Constructing the circle inversion inverse of a point with ruler only I've been reading a bit about inversive geometry, particularly circle inversion. The following is a problem from Hartshorne's classical geometry, which I've been struggling with on and off for a few days.

I figured it would be helpful to show that $TU\perp OA$ first. At best, I tried to label angles according to which ones are congruent with each other. I know $\angle RPS$ and $\angle RQS$ are both right, as they subtend the diameter, so $\angle TPS=\angle UQS$ are both right as well. So $PTUQ$ is a cyclic quadrilateral, and thus $\angle RTQ=\angle PUQ$. Labeling $\angle SPQ$ as $3$ and $\angle PQS$ as $4$, I see that $1+2+3+4$ sum to two right angles. 
That's about as far as my observations got me. My hunch is that $RTU$ is an isosceles triangle, and $PU$ is like a line of symmetry, but I'm not sure how to show it, and how to eventually conclude $TU$ meets $OA$ at $A'$, that is, $OA\cdot OA'=r^2$, where $r$ is the radius if $\Gamma$. Thanks for any ideas on how to solve this.
 A: The three perpendiculars from the corners of a triangle to the sides meet in a common point, the orthocentre. You know that $UP$ is perpendicular to $RT$ and $TQ$ is perpendicular to $RU$; it follows that the line through $R$ and their intersection $S$ is perpendicular to $TU$.
[Update:] It turns out you can actually go on deducing all the angles much like you started. I'll use your angles $1$, $2$ and $3$. (I don't understand how you defined $4$; in the drawing it seems to mark the right angles $\angle SPT$ and $\angle SQU$ but in the text you defined it as $\angle PQS$.)

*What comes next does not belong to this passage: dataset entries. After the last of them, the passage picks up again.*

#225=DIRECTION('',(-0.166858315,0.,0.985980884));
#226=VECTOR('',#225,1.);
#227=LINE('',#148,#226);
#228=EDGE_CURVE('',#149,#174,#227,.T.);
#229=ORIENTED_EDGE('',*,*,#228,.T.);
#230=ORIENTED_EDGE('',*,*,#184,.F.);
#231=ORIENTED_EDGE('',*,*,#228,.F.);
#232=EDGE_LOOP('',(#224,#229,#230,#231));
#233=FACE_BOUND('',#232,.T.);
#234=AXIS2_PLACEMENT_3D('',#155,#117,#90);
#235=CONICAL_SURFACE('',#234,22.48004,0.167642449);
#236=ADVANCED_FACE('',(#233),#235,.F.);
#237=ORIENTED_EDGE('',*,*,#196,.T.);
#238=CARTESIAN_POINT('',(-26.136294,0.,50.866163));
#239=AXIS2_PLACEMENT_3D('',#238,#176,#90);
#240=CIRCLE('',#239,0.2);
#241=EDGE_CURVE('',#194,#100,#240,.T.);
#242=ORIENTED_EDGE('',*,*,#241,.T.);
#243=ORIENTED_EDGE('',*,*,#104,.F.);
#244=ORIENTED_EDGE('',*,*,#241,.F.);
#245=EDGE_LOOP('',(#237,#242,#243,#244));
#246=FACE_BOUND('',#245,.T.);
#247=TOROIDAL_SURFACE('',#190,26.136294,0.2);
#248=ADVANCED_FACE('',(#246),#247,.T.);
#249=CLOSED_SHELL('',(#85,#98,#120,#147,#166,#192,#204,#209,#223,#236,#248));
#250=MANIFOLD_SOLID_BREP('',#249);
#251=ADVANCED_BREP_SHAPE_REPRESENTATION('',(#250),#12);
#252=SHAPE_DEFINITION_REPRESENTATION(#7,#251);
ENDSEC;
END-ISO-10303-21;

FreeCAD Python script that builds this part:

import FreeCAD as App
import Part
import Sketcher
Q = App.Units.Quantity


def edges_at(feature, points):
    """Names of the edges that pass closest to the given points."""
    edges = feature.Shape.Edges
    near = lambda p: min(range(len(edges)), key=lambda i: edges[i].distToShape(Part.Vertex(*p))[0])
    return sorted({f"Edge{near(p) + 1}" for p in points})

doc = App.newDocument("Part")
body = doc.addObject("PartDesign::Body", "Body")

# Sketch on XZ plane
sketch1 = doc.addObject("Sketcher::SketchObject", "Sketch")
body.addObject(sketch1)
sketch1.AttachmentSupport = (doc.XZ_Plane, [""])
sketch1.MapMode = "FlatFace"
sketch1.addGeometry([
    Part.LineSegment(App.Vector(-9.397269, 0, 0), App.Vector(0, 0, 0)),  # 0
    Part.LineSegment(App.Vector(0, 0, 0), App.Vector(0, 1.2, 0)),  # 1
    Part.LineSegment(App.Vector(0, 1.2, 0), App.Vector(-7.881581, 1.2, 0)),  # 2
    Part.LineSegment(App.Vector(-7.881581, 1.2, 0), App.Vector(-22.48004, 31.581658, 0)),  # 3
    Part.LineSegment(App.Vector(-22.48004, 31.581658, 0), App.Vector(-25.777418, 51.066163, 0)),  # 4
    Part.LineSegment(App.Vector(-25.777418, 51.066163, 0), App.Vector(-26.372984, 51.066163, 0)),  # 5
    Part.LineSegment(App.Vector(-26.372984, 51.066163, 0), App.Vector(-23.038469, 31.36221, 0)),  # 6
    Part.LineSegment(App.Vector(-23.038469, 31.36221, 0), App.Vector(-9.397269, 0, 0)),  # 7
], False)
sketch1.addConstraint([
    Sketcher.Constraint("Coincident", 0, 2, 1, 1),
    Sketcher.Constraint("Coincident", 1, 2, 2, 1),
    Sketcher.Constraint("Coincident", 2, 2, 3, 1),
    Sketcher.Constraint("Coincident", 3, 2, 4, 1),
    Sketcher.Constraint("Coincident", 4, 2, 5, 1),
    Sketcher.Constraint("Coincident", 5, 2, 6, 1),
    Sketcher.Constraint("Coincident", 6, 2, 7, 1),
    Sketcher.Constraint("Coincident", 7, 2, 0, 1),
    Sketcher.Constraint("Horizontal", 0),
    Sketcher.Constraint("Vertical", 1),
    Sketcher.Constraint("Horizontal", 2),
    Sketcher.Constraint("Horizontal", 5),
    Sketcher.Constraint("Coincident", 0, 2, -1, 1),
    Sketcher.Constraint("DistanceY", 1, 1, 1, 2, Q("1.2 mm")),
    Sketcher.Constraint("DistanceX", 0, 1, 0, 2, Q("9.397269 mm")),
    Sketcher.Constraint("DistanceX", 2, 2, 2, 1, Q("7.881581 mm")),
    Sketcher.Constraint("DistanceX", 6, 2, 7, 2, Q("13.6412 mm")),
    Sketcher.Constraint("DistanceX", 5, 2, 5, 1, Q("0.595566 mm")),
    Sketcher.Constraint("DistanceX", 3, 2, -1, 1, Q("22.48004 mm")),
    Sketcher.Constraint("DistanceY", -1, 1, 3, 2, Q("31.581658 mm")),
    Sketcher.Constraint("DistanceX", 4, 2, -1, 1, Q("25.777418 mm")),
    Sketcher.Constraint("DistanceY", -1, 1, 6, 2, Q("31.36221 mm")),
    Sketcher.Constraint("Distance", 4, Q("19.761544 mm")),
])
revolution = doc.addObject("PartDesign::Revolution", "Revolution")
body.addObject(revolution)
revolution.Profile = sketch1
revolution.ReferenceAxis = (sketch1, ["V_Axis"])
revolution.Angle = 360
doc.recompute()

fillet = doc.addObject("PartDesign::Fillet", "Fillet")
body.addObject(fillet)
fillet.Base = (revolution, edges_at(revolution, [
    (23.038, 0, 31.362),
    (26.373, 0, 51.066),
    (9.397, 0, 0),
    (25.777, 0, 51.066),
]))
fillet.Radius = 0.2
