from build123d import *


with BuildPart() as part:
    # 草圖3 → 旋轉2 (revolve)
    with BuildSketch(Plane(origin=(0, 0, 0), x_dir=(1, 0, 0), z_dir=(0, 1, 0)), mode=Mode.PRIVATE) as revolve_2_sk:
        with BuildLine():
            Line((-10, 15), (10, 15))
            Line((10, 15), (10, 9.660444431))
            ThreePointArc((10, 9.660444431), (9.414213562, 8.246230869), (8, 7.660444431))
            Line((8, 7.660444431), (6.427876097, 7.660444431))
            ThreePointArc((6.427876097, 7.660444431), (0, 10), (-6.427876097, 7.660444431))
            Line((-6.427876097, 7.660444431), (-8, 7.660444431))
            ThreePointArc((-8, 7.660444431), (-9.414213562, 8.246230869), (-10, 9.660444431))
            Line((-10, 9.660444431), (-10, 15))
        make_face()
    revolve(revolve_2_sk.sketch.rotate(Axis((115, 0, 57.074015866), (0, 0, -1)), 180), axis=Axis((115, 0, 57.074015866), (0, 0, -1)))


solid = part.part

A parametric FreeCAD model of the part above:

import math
import FreeCAD as App
import Part
import Sketcher
Q = App.Units.Quantity

doc = App.newDocument("Part")
body = doc.addObject("PartDesign::Body", "Body")

# Sketch on XZ plane
sketch1 = body.newObject("Sketcher::SketchObject", "Sketch")
sketch1.AttachmentSupport = (doc.getObject("XZ_Plane"), [""])
sketch1.MapMode = "FlatFace"
sketch1.addGeometry(Part.LineSegment(App.Vector(10, -15, 0), App.Vector(-10, -15, 0)), False)
sketch1.addGeometry(Part.LineSegment(App.Vector(-10, -15, 0), App.Vector(-10, -9.7, 0)), False)
sketch1.addGeometry(Part.ArcOfCircle(Part.Circle(App.Vector(-8, -9.7, 0), App.Vector(0, 0, 1), 2), math.radians(90), math.radians(180)), False)
sketch1.addGeometry(Part.LineSegment(App.Vector(-8, -7.7, 0), App.Vector(-6.4, -7.7, 0)), False)
sketch1.addGeometry(Part.ArcOfCircle(Part.Circle(App.Vector(0, 0, 0), App.Vector(0, 0, 1), 10), math.radians(-130), math.radians(-50)), False)
sketch1.addGeometry(Part.LineSegment(App.Vector(6.4, -7.7, 0), App.Vector(8, -7.7, 0)), False)
sketch1.addGeometry(Part.ArcOfCircle(Part.Circle(App.Vector(8, -9.7, 0), App.Vector(0, 0, 1), 2), math.radians(0), math.radians(90)), False)
sketch1.addGeometry(Part.LineSegment(App.Vector(10, -9.7, 0), App.Vector(10, -15, 0)), False)
sketch1.addGeometry(Part.LineSegment(App.Vector(115, 0, 0), App.Vector(115, -15, 0)), True)  # axis
sketch1.addConstraint(Sketcher.Constraint("Coincident", 0, 2, 1, 1))
sketch1.addConstraint(Sketcher.Constraint("Tangent", 1, 2, 2, 2))
sketch1.addConstraint(Sketcher.Constraint("Tangent", 2, 1, 3, 1))
sketch1.addConstraint(Sketcher.Constraint("Coincident", 3, 2, 4, 1))
sketch1.addConstraint(Sketcher.Constraint("Coincident", 4, 2, 5, 1))
sketch1.addConstraint(Sketcher.Constraint("Tangent", 5, 2, 6, 2))
sketch1.addConstraint(Sketcher.Constraint("Tangent", 6, 1, 7, 1))
sketch1.addConstraint(Sketcher.Constraint("Coincident", 7, 2, 0, 1))
sketch1.addConstraint(Sketcher.Constraint("Horizontal", 0))
sketch1.addConstraint(Sketcher.Constraint("Vertical", 1))
sketch1.addConstraint(Sketcher.Constraint("Horizontal", 3))
sketch1.addConstraint(Sketcher.Constraint("Horizontal", 5))
sketch1.addConstraint(Sketcher.Constraint("Vertical", 7))
sketch1.addConstraint(Sketcher.Constraint("Vertical", 8))
sketch1.addConstraint(Sketcher.Constraint("Coincident", 4, 3, -1, 1))
sketch1.addConstraint(Sketcher.Constraint("Equal", 2, 6))
sketch1.addConstraint(Sketcher.Constraint("Symmetric", 2, 3, 6, 3, -2))
sketch1.addConstraint(Sketcher.Constraint("PointOnObject", 8, 1, -1))
sketch1.addConstraint(Sketcher.Constraint("Horizontal", 7, 2, 8, 2))
sketch1.addConstraint(Sketcher.Constraint("Radius", 2, Q("2 mm")))
sketch1.addConstraint(Sketcher.Constraint("Radius", 4, Q("10 mm")))
sketch1.addConstraint(Sketcher.Constraint("DistanceX", 0, 2, 0, 1, Q("20 mm")))
sketch1.addConstraint(Sketcher.Constraint("DistanceY", 8, 2, 8, 1, Q("15 mm")))
sketch1.addConstraint(Sketcher.Constraint("DistanceX", -1, 1, 8, 1, Q("115 mm")))
sketch1.addConstraint(Sketcher.Constraint("DistanceX", 3, 1, 3, 2, Q("1.572124 mm")))
revolution = body.newObject("PartDesign::Revolution", "Revolution")
revolution.Profile = sketch1
revolution.ReferenceAxis = (sketch1, ["Axis0"])
revolution.Angle = 360

doc.recompute()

First, to make the symmetry of the situation manifest, let's also draw the lines $PA'$ and $QA'$. Here's an image (I'll be justifying the angles I filled in in a bit):

The triangle $PQA'$ is the orthic triangle of the triangle $RTU$. If you take out the circle $\Gamma$, the diagram has $S_3$ symmetry, so the quadrilaterals $A'URP$ and $QRTA'$ are cyclic for the same reason as $PTUQ$; that justfies the angles I've filled in. Since $|OR|=|OP|=r$, triangle $ROP$ is isosceles, so $\angle OPR$ is 3, and hence $\angle OPA$ is 1. Thus the triangles $OPA$ and $OPA'$ have two angles in common (1 at $\angle OPA$ and $\angle OA'P$, and $\angle POA=\angle POA'$), and hence are similar. The inversion property then follows by taking the ratios of corresponding sides in these triangles.
P.S.: That the altitudes of $RTU$ are the bisectors of its orthic triangle is related to the fact (mentioned in the Wikipedia article) that the orthocentre is the incentre of the orthic triangle.
A: i will follow up on jorikis answer. first we will show that A and A' cut the diagonal RS harmonically. that is the cross ratio of four collinear points $(R, S; A, A^\prime)$ defined by $\frac{RA}{SA} / \frac{RA^\prime}{SA^\prime}$ is unity. this will imply that $A$ and $A^\prime$ are conjugates. cross ratio $(R, S; A, A^\prime)$ is equal to the cross ratio
of the lines $(RP, SP; AP, A^\prime P)$ which is 
$\frac{\sin(\angle RPA) \sin(\angle S P A^\prime)}{\sin(\angle SPA) \sin(\angle RPA^\prime)}$ by law of sine. this is unity because $\angle RPS = 90^\circ$ and the line $PS$ bisects 
$\angle AP A^\prime.$
p.s. i got this idea by picking $P$ so that $AP$ is orthogonal to $RS.$ in this special case
the result follows easily. now generalize.